***** Task inputs
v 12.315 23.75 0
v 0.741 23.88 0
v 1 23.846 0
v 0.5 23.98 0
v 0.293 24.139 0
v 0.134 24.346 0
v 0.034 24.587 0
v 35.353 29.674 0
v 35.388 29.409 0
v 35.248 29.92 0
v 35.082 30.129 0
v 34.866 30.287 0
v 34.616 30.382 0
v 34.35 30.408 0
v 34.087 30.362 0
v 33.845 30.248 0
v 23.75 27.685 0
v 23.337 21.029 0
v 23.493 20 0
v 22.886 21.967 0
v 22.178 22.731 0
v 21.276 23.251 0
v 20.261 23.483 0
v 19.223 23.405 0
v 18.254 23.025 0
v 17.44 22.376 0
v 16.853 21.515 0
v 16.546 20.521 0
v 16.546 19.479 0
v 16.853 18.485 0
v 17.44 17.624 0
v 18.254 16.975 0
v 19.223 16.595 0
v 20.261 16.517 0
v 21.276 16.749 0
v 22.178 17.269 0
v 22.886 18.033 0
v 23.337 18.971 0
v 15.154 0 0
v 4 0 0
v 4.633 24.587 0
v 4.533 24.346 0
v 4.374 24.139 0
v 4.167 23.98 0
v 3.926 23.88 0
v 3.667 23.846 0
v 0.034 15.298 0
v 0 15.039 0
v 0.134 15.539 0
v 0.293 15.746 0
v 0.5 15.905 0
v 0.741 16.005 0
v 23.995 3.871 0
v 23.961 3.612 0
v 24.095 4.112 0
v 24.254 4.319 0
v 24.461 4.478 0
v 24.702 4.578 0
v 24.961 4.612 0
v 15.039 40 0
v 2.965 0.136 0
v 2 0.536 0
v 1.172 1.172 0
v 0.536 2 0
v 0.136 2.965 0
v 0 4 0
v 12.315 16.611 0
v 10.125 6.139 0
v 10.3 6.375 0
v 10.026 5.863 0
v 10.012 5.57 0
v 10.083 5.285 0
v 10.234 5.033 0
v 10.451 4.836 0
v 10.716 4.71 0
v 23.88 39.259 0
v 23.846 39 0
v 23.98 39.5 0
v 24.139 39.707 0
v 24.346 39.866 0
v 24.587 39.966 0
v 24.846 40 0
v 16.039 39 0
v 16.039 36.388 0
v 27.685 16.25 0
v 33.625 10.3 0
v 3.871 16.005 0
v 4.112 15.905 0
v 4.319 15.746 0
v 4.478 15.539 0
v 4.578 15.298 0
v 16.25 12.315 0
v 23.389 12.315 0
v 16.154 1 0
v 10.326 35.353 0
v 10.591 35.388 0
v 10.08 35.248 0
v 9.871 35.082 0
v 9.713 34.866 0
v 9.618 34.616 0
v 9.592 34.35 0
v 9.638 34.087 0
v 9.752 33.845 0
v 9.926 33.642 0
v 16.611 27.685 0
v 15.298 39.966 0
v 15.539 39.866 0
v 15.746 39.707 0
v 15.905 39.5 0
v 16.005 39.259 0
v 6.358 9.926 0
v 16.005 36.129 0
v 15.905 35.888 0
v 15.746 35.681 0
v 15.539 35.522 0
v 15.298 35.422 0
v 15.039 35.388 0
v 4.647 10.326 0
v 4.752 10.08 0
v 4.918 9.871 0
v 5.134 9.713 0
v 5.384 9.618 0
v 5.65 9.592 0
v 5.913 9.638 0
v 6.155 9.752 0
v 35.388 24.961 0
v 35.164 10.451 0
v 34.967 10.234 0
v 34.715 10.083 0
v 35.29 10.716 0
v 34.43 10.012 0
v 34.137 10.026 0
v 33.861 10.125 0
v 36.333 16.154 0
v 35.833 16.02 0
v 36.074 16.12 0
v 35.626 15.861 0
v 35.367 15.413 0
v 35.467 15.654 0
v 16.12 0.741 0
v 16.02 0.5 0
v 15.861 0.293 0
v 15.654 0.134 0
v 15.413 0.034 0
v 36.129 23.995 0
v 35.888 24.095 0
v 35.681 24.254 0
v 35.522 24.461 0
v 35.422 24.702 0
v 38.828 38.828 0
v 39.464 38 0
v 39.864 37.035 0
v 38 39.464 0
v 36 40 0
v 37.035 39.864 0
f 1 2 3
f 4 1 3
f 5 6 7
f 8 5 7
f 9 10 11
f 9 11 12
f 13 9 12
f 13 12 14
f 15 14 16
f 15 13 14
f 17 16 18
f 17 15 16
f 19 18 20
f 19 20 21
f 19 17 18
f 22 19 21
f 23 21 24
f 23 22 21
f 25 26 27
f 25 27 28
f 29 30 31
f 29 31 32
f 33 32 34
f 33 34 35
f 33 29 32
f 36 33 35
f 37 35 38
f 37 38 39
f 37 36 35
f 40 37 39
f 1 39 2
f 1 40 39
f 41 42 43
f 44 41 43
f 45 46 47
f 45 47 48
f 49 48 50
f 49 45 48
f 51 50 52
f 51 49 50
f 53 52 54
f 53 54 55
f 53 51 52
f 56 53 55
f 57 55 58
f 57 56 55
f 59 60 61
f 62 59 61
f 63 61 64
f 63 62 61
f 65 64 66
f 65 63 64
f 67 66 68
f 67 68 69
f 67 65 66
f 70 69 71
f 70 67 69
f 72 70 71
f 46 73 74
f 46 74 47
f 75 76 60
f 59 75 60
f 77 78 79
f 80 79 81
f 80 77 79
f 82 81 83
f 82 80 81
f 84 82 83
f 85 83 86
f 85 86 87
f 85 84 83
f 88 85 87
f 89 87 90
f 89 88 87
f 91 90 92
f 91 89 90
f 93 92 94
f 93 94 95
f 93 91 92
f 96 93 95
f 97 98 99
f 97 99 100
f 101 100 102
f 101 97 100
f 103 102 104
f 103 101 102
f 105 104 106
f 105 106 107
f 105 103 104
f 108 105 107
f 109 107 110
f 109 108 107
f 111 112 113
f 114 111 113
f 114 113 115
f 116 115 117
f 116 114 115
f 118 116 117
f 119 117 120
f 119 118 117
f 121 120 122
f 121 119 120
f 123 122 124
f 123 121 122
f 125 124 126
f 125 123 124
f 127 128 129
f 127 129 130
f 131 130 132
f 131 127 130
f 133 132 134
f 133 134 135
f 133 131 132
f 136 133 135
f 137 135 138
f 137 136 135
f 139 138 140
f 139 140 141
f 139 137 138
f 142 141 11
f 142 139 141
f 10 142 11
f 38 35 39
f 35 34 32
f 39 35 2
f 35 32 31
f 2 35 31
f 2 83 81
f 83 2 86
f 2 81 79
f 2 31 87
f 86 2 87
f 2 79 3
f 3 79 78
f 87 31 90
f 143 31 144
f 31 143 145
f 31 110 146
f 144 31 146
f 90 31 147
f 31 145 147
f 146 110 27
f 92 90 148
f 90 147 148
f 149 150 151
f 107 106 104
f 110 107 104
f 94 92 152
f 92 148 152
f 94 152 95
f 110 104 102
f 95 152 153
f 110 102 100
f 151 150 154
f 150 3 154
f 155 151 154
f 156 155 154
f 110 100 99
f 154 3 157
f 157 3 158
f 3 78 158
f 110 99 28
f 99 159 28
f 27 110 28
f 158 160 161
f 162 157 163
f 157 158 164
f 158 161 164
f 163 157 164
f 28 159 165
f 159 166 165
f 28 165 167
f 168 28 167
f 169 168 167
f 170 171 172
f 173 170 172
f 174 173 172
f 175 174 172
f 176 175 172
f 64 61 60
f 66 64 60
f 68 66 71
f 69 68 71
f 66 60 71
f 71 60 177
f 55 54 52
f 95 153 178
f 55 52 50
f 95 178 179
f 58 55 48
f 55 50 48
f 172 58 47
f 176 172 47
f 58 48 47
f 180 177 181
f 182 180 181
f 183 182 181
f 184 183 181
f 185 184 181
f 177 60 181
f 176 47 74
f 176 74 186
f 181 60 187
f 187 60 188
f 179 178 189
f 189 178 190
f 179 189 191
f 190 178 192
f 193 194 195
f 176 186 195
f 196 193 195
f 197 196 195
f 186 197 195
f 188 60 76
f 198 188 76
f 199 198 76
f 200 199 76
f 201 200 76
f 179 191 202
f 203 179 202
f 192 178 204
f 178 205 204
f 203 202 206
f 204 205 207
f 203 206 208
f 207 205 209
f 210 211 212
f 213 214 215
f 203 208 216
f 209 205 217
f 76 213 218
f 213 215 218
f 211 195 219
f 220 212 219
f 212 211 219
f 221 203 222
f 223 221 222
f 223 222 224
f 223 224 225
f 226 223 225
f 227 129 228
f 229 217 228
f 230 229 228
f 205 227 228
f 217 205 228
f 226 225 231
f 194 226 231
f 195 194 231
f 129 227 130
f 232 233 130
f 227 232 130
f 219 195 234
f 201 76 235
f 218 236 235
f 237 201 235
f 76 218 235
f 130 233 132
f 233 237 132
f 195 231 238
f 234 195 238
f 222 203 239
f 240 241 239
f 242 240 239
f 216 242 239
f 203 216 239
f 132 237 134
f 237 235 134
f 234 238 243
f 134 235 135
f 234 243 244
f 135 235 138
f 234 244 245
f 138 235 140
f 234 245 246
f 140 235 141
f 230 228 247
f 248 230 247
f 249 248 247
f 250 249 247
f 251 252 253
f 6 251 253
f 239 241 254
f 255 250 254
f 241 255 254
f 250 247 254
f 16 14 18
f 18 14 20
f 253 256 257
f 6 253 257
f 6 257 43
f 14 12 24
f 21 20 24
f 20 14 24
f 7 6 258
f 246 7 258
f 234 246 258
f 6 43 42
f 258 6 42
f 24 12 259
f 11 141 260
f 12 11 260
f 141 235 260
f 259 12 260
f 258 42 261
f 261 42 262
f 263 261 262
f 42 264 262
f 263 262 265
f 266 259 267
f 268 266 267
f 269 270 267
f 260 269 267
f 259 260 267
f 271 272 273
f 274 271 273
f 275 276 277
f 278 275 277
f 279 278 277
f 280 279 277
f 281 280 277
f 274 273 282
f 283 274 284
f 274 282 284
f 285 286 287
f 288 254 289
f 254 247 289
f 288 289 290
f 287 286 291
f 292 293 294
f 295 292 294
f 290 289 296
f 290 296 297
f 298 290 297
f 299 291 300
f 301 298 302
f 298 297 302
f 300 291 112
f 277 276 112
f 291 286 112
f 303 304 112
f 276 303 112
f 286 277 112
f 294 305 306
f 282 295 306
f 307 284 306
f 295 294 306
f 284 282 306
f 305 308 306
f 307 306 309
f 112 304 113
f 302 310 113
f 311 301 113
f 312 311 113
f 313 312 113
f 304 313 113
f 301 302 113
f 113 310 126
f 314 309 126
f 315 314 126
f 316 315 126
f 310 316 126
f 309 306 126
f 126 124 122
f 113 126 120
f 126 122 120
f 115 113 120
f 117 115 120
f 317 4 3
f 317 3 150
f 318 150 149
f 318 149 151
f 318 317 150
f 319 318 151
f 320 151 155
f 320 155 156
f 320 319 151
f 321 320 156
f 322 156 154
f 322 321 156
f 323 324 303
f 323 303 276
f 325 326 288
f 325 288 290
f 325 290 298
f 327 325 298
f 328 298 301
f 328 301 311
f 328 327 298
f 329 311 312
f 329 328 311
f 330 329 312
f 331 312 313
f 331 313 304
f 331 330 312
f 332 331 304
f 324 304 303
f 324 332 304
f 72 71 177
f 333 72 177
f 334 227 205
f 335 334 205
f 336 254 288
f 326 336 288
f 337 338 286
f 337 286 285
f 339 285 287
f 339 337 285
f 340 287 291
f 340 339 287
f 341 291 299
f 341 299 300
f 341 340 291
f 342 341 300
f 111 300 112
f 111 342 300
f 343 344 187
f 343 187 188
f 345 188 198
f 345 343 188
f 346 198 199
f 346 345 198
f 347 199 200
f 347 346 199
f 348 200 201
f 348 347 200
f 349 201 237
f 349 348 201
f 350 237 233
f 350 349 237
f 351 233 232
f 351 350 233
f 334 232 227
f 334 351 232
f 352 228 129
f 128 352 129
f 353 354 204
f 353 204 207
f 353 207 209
**********
***** Task inputs
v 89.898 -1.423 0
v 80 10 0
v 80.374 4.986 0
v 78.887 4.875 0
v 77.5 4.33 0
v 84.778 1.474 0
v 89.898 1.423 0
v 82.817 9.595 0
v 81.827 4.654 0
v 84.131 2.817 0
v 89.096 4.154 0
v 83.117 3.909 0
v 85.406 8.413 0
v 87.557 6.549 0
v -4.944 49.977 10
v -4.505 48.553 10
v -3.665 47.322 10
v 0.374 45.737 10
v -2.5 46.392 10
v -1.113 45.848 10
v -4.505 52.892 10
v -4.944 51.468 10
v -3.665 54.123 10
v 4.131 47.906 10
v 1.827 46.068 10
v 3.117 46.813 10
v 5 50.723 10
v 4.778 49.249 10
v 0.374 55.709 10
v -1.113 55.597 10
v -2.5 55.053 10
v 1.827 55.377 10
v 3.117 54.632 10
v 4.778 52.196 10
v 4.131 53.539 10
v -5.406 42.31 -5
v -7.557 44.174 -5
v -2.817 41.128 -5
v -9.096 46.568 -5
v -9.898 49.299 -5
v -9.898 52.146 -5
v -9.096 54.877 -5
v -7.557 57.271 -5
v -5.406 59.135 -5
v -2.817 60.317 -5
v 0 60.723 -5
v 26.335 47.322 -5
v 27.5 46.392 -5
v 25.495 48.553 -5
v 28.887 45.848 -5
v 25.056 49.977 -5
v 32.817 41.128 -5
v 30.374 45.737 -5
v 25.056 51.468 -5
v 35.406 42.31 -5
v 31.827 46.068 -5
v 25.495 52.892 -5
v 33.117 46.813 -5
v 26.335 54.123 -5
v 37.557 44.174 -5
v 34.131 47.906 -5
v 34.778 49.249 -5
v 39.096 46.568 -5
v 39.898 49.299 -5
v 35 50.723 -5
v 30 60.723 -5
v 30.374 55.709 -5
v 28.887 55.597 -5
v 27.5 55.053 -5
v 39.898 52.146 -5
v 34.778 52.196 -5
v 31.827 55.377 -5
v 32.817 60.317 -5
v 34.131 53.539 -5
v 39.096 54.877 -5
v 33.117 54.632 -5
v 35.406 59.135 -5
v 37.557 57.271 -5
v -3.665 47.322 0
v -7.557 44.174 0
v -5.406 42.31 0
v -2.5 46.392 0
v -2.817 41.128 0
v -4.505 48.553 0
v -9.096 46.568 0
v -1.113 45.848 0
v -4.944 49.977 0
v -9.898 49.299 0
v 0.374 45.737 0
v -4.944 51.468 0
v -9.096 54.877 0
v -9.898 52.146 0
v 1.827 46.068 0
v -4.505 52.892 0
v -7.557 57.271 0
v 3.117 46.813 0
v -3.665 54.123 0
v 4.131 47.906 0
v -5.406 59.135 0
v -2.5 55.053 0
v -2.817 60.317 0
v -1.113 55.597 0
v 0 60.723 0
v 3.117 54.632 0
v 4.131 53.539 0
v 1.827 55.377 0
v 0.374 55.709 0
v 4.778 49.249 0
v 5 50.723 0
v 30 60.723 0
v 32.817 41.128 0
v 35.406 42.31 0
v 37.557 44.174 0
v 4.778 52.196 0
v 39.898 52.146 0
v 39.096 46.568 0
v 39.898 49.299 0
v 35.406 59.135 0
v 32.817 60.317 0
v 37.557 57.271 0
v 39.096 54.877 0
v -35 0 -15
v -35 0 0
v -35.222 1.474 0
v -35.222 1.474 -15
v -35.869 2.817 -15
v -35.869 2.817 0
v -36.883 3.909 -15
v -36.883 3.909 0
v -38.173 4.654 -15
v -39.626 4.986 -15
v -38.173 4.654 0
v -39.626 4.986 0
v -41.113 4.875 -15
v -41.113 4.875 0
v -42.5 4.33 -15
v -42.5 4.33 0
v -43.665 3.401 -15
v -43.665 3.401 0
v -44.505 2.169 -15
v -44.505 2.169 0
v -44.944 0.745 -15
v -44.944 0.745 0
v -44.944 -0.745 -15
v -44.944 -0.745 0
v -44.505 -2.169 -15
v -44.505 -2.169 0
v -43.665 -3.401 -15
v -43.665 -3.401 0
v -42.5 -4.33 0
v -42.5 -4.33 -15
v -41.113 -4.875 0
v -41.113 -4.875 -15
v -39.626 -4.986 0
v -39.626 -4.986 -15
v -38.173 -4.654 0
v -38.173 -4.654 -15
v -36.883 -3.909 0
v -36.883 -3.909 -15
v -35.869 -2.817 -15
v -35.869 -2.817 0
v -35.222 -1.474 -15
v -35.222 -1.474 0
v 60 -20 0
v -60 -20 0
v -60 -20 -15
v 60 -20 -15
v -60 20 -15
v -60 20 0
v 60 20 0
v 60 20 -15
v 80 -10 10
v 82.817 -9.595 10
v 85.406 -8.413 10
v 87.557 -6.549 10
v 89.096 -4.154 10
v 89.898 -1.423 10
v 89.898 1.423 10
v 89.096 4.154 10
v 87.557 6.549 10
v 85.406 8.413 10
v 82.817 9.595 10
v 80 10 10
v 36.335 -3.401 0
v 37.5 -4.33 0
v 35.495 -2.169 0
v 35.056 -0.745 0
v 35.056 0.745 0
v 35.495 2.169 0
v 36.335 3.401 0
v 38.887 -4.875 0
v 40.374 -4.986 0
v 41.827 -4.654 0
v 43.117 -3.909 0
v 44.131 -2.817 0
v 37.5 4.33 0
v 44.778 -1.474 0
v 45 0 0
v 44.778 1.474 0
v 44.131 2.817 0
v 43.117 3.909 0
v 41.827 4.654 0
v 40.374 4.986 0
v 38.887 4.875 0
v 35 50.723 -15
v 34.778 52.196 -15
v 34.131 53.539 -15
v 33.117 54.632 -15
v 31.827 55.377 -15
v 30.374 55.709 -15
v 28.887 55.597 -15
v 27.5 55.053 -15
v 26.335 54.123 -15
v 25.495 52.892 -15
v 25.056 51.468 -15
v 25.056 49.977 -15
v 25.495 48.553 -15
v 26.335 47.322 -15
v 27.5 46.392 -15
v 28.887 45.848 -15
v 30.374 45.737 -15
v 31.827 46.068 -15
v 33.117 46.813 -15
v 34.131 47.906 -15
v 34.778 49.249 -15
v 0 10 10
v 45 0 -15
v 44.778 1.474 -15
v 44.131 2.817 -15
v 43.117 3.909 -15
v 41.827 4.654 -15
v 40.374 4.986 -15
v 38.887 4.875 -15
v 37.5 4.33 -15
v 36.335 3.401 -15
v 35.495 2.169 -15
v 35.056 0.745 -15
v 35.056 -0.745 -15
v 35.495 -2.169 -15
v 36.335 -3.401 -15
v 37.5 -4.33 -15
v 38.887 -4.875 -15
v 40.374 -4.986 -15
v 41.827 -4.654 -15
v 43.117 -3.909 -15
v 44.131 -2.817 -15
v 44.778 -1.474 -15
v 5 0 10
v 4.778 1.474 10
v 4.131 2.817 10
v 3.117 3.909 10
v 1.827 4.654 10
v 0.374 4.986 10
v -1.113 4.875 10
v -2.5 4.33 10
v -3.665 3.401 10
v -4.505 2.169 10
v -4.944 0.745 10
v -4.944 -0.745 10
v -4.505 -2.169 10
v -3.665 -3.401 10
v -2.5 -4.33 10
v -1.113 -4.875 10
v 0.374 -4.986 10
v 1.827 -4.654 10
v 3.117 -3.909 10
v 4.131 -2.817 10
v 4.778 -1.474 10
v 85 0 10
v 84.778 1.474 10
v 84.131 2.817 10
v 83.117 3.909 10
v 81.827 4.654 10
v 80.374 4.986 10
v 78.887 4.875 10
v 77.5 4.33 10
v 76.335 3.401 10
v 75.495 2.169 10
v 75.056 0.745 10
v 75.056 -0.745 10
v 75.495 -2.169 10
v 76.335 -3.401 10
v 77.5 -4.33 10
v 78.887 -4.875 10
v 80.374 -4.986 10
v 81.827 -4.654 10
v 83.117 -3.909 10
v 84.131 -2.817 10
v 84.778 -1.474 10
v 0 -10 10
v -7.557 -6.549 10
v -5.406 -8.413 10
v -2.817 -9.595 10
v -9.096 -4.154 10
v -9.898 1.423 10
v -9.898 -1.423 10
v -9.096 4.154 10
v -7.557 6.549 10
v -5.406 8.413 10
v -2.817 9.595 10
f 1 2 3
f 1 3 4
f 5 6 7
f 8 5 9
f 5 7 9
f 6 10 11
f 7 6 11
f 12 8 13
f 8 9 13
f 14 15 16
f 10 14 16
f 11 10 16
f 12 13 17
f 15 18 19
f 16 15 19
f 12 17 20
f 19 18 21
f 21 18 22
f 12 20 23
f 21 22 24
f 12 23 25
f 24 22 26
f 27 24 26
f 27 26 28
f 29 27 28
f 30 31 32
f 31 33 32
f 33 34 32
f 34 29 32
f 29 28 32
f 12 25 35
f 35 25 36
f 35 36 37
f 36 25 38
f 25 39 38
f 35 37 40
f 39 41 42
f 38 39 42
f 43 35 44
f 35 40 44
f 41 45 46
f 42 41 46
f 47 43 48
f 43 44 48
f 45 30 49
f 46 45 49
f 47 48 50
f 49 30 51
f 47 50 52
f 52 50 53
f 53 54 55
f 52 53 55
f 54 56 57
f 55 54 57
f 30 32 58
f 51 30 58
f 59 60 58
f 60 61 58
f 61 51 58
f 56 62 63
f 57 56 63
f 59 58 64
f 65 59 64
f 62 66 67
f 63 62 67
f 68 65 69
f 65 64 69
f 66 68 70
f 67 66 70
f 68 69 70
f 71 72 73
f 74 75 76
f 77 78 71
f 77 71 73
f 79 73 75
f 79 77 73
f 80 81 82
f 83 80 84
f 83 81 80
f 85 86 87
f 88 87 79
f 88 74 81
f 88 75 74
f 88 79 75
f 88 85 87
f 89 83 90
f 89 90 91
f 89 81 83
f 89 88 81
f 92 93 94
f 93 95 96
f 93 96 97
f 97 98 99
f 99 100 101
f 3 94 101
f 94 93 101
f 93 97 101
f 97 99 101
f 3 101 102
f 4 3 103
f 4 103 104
**********
> **Task prompt**:
The reply should consist solely of the lines above from the one that has "f 181 60 187" through the one that has "f 237 235 134", reproduced exactly.

> **Answer section**:
f 181 60 187
f 187 60 188
f 179 178 189
f 189 178 190
f 179 189 191
f 190 178 192
f 193 194 195
f 176 186 195
f 196 193 195
f 197 196 195
f 186 197 195
f 188 60 76
f 198 188 76
f 199 198 76
f 200 199 76
f 201 200 76
f 179 191 202
f 203 179 202
f 192 178 204
f 178 205 204
f 203 202 206
f 204 205 207
f 203 206 208
f 207 205 209
f 210 211 212
f 213 214 215
f 203 208 216
f 209 205 217
f 76 213 218
f 213 215 218
f 211 195 219
f 220 212 219
f 212 211 219
f 221 203 222
f 223 221 222
f 223 222 224
f 223 224 225
f 226 223 225
f 227 129 228
f 229 217 228
f 230 229 228
f 205 227 228
f 217 205 228
f 226 225 231
f 194 226 231
f 195 194 231
f 129 227 130
f 232 233 130
f 227 232 130
f 219 195 234
f 201 76 235
f 218 236 235
f 237 201 235
f 76 218 235
f 130 233 132
f 233 237 132
f 195 231 238
f 234 195 238
f 222 203 239
f 240 241 239
f 242 240 239
f 216 242 239
f 203 216 239
f 132 237 134
f 237 235 134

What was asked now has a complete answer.